A Computer Absolutely Can Be Sexy - Jonathan Ive - lawlit
http://www.youtube.com/watch?v=e1KD7DdnRb8

======
pierreminik
Beauty lies in the eye of the beholder. ;)

On another note: There should be some filters you could be apply so you'd
minimize risk of exposure to such movies as the highest recommended to that
one titled "Sorry, Steve Jobs, But Business is Business".

It's so cliche that people who use the phrase "Business is Business" are just
incomprehensibly _[insert awful adjective]_ tools that aren't actually "in
Business" themselves but really, _really_ wish they were.

Nothing should be off topic but it doesn't take much to at least show a little
respect. When public figures doesn't share their personal life aspects perhaps
they have their reasons. This celebrity dehumanization is spiteful.

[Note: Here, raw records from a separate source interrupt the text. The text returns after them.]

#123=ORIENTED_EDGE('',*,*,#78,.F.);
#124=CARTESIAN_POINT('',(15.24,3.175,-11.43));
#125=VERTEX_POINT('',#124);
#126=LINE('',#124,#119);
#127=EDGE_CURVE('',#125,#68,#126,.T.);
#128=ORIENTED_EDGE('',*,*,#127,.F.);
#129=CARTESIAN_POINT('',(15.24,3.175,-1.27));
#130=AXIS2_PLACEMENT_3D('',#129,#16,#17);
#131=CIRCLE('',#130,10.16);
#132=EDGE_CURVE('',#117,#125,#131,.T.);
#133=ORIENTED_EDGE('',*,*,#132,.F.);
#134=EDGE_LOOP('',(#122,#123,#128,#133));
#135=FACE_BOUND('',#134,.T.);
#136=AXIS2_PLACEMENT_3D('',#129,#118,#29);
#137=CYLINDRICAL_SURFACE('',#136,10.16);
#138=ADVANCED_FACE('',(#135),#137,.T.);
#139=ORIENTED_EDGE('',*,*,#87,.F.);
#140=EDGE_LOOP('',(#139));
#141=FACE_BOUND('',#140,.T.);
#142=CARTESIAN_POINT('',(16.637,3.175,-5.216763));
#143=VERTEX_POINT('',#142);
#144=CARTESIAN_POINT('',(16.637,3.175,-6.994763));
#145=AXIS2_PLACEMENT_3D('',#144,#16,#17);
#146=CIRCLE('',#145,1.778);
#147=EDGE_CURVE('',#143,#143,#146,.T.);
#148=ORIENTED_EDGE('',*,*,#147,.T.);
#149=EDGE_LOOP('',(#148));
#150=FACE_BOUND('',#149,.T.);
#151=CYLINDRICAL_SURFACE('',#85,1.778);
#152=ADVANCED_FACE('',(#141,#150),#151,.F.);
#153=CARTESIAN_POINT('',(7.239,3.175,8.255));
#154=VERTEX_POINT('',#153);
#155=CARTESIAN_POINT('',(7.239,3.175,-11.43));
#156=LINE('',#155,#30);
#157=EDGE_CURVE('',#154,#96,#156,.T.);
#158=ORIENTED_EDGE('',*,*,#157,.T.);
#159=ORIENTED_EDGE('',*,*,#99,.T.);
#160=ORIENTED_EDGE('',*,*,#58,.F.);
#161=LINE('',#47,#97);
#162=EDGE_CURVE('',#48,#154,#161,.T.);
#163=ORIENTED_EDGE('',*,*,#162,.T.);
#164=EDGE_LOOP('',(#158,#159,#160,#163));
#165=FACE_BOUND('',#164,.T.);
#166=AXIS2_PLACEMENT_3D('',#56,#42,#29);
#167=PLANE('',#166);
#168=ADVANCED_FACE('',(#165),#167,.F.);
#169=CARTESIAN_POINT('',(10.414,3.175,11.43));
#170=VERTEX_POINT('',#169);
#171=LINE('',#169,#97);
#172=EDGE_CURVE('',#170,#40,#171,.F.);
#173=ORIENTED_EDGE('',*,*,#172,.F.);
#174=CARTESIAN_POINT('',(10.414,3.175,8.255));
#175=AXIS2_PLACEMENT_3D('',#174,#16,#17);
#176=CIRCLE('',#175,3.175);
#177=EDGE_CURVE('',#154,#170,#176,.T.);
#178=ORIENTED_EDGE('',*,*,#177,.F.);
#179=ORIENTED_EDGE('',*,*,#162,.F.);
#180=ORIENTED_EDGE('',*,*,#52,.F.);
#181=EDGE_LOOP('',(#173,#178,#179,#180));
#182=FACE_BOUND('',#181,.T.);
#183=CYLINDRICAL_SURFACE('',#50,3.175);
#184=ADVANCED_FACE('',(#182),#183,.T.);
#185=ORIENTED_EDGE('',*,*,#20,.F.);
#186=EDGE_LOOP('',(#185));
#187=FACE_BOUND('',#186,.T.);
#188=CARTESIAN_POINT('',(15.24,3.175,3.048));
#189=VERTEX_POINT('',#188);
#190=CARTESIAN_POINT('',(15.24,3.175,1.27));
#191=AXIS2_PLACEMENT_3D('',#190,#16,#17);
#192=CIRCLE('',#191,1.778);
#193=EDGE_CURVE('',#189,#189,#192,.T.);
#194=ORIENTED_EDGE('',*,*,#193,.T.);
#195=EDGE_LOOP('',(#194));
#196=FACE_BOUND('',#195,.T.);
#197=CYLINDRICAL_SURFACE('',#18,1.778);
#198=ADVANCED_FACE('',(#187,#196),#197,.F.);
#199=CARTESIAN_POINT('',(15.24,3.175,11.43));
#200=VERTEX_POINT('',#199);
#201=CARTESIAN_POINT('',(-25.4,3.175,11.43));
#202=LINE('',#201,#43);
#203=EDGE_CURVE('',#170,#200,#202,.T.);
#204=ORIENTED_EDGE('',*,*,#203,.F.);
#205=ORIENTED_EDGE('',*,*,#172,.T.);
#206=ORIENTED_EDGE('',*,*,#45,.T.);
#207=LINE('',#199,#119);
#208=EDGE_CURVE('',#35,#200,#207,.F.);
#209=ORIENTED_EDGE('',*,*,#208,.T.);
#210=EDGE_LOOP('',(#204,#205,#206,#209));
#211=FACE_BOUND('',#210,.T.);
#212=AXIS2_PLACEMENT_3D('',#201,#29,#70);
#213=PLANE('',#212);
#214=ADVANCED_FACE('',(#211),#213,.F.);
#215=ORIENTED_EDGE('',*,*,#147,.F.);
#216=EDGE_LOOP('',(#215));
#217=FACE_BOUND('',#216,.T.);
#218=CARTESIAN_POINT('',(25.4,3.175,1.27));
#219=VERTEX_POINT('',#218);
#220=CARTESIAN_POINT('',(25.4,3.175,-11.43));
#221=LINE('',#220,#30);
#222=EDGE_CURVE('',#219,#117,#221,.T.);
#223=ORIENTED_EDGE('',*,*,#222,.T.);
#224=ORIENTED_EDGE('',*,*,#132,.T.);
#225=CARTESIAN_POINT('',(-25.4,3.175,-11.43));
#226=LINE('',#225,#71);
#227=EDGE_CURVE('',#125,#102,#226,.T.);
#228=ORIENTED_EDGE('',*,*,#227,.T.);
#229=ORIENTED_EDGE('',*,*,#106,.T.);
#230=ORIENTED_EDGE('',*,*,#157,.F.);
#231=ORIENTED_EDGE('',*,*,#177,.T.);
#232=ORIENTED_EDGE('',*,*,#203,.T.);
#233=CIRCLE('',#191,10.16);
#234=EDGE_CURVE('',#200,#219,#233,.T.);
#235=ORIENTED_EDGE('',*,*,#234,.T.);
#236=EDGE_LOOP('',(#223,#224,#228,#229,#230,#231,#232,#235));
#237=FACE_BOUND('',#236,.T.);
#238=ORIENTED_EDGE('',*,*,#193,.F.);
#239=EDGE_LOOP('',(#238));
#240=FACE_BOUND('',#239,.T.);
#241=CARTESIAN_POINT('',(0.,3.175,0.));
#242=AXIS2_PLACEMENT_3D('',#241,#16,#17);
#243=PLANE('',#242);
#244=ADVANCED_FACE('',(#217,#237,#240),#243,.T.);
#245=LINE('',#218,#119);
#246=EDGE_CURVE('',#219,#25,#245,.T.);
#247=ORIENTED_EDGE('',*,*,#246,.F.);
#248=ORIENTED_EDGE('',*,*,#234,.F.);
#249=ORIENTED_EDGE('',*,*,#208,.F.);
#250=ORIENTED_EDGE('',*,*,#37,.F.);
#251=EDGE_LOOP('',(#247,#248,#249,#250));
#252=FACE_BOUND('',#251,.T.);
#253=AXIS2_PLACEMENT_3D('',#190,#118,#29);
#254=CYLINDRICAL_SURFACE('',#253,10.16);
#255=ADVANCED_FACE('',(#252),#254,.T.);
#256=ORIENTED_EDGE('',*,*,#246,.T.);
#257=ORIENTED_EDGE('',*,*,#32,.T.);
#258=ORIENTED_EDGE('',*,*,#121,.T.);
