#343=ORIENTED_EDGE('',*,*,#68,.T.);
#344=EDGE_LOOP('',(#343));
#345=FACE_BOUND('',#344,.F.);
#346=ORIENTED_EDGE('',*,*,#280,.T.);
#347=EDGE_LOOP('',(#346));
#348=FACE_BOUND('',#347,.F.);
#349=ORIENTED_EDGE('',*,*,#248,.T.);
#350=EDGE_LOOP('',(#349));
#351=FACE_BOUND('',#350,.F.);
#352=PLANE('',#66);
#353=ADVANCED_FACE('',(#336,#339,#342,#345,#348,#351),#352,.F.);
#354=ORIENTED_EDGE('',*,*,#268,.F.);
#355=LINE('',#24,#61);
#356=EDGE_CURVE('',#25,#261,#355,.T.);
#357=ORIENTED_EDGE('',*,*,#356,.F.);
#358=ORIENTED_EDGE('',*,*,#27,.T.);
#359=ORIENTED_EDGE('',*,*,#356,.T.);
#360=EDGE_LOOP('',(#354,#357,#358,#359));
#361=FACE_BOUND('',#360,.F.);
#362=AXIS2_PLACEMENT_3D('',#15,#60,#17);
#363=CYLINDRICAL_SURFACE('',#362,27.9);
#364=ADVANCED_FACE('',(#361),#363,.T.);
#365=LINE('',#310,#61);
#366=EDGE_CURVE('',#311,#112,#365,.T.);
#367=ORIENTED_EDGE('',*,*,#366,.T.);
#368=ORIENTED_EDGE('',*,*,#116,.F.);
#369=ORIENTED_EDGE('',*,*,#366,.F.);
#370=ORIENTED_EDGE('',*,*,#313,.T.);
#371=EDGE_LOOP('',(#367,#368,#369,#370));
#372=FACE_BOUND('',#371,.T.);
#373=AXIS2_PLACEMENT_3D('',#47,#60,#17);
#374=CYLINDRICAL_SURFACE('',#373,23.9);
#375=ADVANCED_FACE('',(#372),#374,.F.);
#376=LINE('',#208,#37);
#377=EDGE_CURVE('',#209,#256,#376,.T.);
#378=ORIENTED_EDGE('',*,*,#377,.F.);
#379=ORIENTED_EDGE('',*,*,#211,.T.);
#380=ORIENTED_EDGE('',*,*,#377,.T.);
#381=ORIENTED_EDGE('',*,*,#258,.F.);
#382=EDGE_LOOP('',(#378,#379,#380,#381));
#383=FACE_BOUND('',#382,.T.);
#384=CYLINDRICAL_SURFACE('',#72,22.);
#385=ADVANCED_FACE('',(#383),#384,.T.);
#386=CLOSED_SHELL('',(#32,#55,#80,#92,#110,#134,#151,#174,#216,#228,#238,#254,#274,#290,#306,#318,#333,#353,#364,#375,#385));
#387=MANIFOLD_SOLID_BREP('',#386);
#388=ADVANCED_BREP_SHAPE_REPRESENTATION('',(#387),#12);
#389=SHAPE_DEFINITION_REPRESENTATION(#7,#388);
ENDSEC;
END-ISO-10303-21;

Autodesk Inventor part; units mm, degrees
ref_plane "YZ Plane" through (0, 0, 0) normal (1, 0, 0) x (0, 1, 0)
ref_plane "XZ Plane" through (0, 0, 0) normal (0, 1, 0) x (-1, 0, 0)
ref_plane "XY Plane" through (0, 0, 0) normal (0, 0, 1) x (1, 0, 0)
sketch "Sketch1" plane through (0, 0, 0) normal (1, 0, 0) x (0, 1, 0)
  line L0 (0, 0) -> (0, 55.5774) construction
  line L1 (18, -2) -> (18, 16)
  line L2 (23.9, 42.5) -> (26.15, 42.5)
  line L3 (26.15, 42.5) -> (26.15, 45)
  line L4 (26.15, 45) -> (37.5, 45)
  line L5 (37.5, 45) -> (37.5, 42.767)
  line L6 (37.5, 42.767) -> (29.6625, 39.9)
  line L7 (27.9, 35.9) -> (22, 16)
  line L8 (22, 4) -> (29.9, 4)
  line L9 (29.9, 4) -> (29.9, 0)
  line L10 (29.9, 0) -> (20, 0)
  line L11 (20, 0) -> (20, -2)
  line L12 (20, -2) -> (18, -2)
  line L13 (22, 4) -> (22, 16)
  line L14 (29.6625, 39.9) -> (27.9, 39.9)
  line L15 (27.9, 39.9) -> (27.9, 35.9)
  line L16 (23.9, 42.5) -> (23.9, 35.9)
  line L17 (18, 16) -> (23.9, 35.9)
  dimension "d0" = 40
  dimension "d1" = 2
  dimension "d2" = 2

Even worse is his ignorance really comes to show when he goes judgmental on
Jobs' belief, only to project his own idiotic misconception of buddhism.
Buddhism has nothing to do with righteousness such as most other religions.
Buddhism doesn't say you shouldn't be angry because of something as made up as
being "wrong". Buddhism tells you that anger is poison but that it's a part of
being human to be angry. One shouldn't suppress it but acknowledge it.

------
technoslut
I actually love this post because I agreed with this video while agreeing with
the Gizmodo post.

The Greeks had multiple meanings for the word love which I think is more
appropriate. I believe that one can have intimacy with an object or a person
which can be perceived as the the equivalent of 'sexy' in its varied meaning.